**DATASET EXTRACT**

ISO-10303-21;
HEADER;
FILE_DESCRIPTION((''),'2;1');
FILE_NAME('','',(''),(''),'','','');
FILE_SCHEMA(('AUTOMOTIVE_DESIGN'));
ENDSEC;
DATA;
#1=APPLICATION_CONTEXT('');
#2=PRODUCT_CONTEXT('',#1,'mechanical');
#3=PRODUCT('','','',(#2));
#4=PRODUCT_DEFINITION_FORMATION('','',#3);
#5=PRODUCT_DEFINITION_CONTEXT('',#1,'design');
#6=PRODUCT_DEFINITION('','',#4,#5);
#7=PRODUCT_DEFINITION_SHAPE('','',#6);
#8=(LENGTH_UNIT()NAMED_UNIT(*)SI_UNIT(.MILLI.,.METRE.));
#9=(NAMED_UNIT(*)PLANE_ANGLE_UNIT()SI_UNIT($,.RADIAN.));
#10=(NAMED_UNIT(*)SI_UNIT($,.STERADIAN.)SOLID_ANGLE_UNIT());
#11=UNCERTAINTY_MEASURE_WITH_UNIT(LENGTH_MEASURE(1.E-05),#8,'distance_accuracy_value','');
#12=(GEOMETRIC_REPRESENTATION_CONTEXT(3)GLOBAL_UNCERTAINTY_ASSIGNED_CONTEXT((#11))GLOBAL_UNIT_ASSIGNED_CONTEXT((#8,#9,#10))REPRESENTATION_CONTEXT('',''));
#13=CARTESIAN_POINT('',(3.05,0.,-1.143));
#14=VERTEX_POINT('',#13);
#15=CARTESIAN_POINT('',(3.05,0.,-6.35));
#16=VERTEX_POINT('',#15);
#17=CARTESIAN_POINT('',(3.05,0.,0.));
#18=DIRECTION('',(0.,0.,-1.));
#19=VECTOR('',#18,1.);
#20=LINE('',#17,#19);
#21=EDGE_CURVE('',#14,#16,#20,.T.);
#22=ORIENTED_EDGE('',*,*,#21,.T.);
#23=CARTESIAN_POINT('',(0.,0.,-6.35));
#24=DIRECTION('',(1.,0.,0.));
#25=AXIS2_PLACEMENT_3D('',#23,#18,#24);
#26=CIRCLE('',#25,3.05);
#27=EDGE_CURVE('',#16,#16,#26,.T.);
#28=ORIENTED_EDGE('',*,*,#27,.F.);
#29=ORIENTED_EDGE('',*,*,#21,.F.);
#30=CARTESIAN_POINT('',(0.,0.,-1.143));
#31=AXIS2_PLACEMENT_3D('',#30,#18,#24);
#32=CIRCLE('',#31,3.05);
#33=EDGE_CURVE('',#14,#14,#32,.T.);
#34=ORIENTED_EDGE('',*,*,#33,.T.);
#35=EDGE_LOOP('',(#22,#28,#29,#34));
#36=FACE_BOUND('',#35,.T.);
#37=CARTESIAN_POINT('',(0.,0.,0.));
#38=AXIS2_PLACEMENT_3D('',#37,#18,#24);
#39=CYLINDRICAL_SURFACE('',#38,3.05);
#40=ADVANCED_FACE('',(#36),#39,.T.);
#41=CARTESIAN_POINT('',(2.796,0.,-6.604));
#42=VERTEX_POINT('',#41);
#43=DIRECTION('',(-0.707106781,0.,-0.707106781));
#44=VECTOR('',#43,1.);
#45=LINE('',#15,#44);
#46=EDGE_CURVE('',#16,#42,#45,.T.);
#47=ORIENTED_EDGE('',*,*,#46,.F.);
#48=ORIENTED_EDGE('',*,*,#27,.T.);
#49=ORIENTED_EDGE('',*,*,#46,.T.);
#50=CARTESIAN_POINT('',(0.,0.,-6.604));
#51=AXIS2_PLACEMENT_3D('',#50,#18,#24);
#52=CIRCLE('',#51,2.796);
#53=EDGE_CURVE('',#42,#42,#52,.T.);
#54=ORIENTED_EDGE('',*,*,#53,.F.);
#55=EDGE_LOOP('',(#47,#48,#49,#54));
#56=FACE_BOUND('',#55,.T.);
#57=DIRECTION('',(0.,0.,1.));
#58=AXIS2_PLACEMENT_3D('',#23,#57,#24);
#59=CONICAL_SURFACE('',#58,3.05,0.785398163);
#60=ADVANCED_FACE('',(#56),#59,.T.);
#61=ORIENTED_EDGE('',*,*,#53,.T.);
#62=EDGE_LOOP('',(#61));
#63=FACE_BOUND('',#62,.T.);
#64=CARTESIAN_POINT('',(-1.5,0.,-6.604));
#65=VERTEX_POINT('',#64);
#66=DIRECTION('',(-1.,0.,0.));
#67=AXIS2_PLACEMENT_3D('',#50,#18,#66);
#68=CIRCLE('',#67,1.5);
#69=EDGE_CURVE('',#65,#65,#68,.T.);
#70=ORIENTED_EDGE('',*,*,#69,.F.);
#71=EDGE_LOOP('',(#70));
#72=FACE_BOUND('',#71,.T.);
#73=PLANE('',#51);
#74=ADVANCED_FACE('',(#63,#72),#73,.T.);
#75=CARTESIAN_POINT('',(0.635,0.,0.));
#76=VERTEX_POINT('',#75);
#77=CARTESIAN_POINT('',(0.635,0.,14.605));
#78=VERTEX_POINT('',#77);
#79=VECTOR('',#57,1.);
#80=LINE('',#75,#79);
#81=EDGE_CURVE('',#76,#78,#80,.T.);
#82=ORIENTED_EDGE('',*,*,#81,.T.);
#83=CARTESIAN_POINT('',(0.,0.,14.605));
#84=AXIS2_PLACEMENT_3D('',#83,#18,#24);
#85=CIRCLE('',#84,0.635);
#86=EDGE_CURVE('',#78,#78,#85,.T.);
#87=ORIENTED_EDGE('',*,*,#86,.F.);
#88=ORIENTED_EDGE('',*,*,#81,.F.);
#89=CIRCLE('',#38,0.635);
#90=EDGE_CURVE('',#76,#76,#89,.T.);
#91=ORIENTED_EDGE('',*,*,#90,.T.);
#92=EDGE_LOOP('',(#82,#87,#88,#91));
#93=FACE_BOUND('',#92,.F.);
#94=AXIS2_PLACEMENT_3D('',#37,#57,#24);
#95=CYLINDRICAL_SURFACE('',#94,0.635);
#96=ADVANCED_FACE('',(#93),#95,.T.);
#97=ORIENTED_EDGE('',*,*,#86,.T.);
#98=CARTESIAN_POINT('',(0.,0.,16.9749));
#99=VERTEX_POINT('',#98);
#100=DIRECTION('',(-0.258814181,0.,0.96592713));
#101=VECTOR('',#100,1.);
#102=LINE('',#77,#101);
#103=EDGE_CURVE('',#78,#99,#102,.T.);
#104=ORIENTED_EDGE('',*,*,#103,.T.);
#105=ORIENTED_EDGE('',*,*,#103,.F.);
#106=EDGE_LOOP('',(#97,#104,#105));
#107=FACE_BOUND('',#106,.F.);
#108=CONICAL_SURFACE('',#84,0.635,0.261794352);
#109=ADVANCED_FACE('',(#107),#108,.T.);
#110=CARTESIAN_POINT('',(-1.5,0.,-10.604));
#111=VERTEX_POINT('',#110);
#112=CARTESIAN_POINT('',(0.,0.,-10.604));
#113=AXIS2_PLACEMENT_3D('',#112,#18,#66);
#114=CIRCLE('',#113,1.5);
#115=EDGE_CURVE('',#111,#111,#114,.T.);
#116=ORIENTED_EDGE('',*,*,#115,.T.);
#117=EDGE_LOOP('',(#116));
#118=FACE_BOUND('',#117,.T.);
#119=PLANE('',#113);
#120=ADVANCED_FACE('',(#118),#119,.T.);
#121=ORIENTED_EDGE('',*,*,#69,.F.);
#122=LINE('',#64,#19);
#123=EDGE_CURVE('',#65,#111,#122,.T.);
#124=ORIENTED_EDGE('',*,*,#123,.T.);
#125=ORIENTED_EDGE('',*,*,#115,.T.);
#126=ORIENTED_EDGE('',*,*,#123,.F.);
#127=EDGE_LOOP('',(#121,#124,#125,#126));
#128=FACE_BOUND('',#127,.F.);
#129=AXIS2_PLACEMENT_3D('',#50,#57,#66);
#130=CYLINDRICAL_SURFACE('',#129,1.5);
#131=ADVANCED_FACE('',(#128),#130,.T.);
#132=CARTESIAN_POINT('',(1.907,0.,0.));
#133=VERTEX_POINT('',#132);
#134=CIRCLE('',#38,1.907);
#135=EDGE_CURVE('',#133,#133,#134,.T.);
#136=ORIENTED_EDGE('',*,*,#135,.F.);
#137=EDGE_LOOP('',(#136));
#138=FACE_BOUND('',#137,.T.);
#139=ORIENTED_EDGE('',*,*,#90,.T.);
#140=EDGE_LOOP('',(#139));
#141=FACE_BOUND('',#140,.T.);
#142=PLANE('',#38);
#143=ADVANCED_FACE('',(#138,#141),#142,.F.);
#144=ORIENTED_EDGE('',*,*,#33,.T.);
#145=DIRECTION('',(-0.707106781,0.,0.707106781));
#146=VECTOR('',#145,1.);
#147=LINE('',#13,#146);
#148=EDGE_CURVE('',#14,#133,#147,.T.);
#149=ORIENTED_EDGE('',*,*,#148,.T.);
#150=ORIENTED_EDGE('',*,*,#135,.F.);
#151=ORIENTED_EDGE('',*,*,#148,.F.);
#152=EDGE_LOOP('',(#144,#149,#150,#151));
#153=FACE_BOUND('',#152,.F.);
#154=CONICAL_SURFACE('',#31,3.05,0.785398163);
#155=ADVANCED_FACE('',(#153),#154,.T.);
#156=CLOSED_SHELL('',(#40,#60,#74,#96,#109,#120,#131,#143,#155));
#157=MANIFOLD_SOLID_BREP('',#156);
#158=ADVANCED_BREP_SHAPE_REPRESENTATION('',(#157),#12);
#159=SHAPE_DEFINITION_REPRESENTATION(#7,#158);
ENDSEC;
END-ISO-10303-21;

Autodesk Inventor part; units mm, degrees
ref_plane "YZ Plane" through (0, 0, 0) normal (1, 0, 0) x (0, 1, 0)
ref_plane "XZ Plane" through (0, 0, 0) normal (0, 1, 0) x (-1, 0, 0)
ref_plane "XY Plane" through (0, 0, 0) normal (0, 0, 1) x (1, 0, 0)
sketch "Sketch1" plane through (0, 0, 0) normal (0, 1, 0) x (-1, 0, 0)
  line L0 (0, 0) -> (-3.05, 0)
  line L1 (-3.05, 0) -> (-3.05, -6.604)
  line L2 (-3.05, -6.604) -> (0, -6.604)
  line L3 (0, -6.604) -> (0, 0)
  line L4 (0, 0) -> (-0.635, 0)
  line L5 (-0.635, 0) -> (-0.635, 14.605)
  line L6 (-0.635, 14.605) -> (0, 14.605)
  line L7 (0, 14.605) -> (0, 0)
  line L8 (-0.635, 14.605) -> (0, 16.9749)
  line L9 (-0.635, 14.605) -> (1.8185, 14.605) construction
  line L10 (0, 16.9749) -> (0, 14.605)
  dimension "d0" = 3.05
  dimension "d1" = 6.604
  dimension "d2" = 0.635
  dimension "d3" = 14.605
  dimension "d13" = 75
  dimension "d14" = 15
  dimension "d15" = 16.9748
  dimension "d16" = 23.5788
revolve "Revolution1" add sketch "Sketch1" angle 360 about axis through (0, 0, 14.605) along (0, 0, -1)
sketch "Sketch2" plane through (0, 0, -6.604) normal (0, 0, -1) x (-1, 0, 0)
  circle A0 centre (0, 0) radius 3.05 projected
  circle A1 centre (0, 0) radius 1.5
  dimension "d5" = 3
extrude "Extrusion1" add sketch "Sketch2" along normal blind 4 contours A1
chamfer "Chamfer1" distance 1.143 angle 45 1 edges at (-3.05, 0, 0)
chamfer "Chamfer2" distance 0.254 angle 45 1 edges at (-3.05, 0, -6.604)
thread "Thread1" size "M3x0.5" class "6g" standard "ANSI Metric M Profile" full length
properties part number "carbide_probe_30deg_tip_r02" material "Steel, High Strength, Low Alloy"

---

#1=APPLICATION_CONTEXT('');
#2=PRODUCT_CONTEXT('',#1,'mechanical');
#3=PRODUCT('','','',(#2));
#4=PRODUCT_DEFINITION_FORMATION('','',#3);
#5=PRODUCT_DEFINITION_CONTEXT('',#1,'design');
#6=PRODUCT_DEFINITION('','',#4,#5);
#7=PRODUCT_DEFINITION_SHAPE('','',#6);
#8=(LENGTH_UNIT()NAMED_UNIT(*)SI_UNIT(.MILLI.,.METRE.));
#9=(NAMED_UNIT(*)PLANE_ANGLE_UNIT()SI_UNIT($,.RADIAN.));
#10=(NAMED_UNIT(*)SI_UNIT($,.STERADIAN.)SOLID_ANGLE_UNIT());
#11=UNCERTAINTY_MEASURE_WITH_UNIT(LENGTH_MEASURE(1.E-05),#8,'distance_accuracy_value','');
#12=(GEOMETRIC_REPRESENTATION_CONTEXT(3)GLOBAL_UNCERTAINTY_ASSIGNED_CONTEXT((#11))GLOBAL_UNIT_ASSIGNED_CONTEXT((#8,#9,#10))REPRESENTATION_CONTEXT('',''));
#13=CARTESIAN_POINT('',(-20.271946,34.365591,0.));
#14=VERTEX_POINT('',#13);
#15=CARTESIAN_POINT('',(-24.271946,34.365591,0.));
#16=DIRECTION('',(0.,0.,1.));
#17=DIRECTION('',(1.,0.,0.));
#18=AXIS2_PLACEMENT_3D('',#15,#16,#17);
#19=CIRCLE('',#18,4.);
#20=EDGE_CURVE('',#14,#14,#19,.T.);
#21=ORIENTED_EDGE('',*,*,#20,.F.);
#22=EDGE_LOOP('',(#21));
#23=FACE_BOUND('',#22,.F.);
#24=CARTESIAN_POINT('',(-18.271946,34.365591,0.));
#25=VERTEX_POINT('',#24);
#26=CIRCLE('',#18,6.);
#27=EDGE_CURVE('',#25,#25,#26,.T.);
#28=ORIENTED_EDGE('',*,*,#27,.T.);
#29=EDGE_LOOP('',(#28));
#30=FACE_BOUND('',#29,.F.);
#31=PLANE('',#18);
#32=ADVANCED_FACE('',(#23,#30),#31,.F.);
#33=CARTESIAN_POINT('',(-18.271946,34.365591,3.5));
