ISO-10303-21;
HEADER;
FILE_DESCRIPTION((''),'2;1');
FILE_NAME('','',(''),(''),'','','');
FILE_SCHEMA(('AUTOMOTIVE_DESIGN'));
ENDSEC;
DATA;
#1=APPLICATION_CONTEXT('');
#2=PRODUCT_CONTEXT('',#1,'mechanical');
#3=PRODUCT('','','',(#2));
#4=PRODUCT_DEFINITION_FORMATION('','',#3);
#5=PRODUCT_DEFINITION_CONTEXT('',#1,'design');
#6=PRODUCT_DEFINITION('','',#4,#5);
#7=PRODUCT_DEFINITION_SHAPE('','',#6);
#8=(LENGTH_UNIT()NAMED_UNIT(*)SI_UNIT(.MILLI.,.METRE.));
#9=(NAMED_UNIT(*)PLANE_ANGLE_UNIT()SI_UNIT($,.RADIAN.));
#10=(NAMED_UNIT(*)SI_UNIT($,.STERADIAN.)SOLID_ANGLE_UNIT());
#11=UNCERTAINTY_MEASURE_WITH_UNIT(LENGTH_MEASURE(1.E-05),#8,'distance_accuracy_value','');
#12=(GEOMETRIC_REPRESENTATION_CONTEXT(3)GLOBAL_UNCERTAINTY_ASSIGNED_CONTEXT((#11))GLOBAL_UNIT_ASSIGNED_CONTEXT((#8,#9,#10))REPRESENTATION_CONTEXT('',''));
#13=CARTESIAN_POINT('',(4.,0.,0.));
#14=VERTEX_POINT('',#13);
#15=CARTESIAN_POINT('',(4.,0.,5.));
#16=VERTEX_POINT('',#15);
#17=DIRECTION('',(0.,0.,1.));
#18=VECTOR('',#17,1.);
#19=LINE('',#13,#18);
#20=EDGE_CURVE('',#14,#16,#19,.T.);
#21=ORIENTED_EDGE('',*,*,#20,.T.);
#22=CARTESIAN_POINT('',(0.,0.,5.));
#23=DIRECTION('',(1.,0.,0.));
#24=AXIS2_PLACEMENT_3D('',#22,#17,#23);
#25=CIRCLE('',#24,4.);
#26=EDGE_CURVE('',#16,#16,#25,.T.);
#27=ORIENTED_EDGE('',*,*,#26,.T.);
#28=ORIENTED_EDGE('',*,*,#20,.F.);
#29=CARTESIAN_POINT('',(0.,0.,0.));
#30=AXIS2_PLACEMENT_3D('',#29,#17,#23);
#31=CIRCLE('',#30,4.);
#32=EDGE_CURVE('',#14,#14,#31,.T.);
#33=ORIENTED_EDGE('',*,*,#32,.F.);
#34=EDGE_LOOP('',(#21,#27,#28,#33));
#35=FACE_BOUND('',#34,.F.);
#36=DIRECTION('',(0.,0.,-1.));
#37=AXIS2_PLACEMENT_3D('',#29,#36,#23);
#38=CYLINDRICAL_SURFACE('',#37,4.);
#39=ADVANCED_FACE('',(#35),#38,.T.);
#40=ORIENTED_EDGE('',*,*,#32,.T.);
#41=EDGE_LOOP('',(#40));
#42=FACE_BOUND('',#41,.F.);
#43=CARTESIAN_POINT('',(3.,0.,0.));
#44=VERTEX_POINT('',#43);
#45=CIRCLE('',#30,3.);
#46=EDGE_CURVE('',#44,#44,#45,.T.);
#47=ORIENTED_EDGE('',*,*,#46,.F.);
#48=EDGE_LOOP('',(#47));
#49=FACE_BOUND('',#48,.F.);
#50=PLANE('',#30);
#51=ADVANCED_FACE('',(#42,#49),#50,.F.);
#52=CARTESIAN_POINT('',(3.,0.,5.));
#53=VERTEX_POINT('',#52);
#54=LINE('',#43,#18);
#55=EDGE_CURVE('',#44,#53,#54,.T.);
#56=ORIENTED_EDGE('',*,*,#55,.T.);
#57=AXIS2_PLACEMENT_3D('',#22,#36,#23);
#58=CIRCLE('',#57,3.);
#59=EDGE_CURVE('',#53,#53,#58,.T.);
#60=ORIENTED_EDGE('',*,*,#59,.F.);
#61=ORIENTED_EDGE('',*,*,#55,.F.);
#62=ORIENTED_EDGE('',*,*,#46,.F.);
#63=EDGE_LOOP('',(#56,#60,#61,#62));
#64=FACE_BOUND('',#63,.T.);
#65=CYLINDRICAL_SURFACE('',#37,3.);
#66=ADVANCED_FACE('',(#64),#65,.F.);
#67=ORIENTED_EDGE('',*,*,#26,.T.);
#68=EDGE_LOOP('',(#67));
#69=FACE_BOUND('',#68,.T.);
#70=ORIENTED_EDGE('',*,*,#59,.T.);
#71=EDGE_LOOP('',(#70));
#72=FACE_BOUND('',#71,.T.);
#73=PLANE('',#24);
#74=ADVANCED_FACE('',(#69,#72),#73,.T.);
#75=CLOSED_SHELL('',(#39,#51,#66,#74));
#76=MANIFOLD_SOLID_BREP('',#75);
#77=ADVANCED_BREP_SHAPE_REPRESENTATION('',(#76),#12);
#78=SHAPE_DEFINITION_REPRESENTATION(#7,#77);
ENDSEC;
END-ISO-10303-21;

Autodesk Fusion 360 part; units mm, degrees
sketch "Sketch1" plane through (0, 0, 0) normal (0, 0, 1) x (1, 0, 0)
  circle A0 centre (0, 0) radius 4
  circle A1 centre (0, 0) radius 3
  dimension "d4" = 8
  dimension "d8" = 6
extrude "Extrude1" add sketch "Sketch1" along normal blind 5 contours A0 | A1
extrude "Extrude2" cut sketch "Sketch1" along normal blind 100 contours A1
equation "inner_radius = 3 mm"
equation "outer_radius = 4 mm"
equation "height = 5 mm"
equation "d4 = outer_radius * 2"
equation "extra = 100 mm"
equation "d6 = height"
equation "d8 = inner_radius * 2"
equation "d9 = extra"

**WHAT IS REQUIRED**
In the data above, start at the line that has "#22=EDGE_LOOP('',(#21));", stop after the line that has "#31=PLANE('',#18);", and print every line in between exactly as it stands.

**ANSWER**
#22=EDGE_LOOP('',(#21));
#23=FACE_BOUND('',#22,.F.);
#24=CARTESIAN_POINT('',(-18.271946,34.365591,0.));
#25=VERTEX_POINT('',#24);
#26=CIRCLE('',#18,6.);
#27=EDGE_CURVE('',#25,#25,#26,.T.);
#28=ORIENTED_EDGE('',*,*,#27,.T.);
#29=EDGE_LOOP('',(#28));
#30=FACE_BOUND('',#29,.F.);
#31=PLANE('',#18);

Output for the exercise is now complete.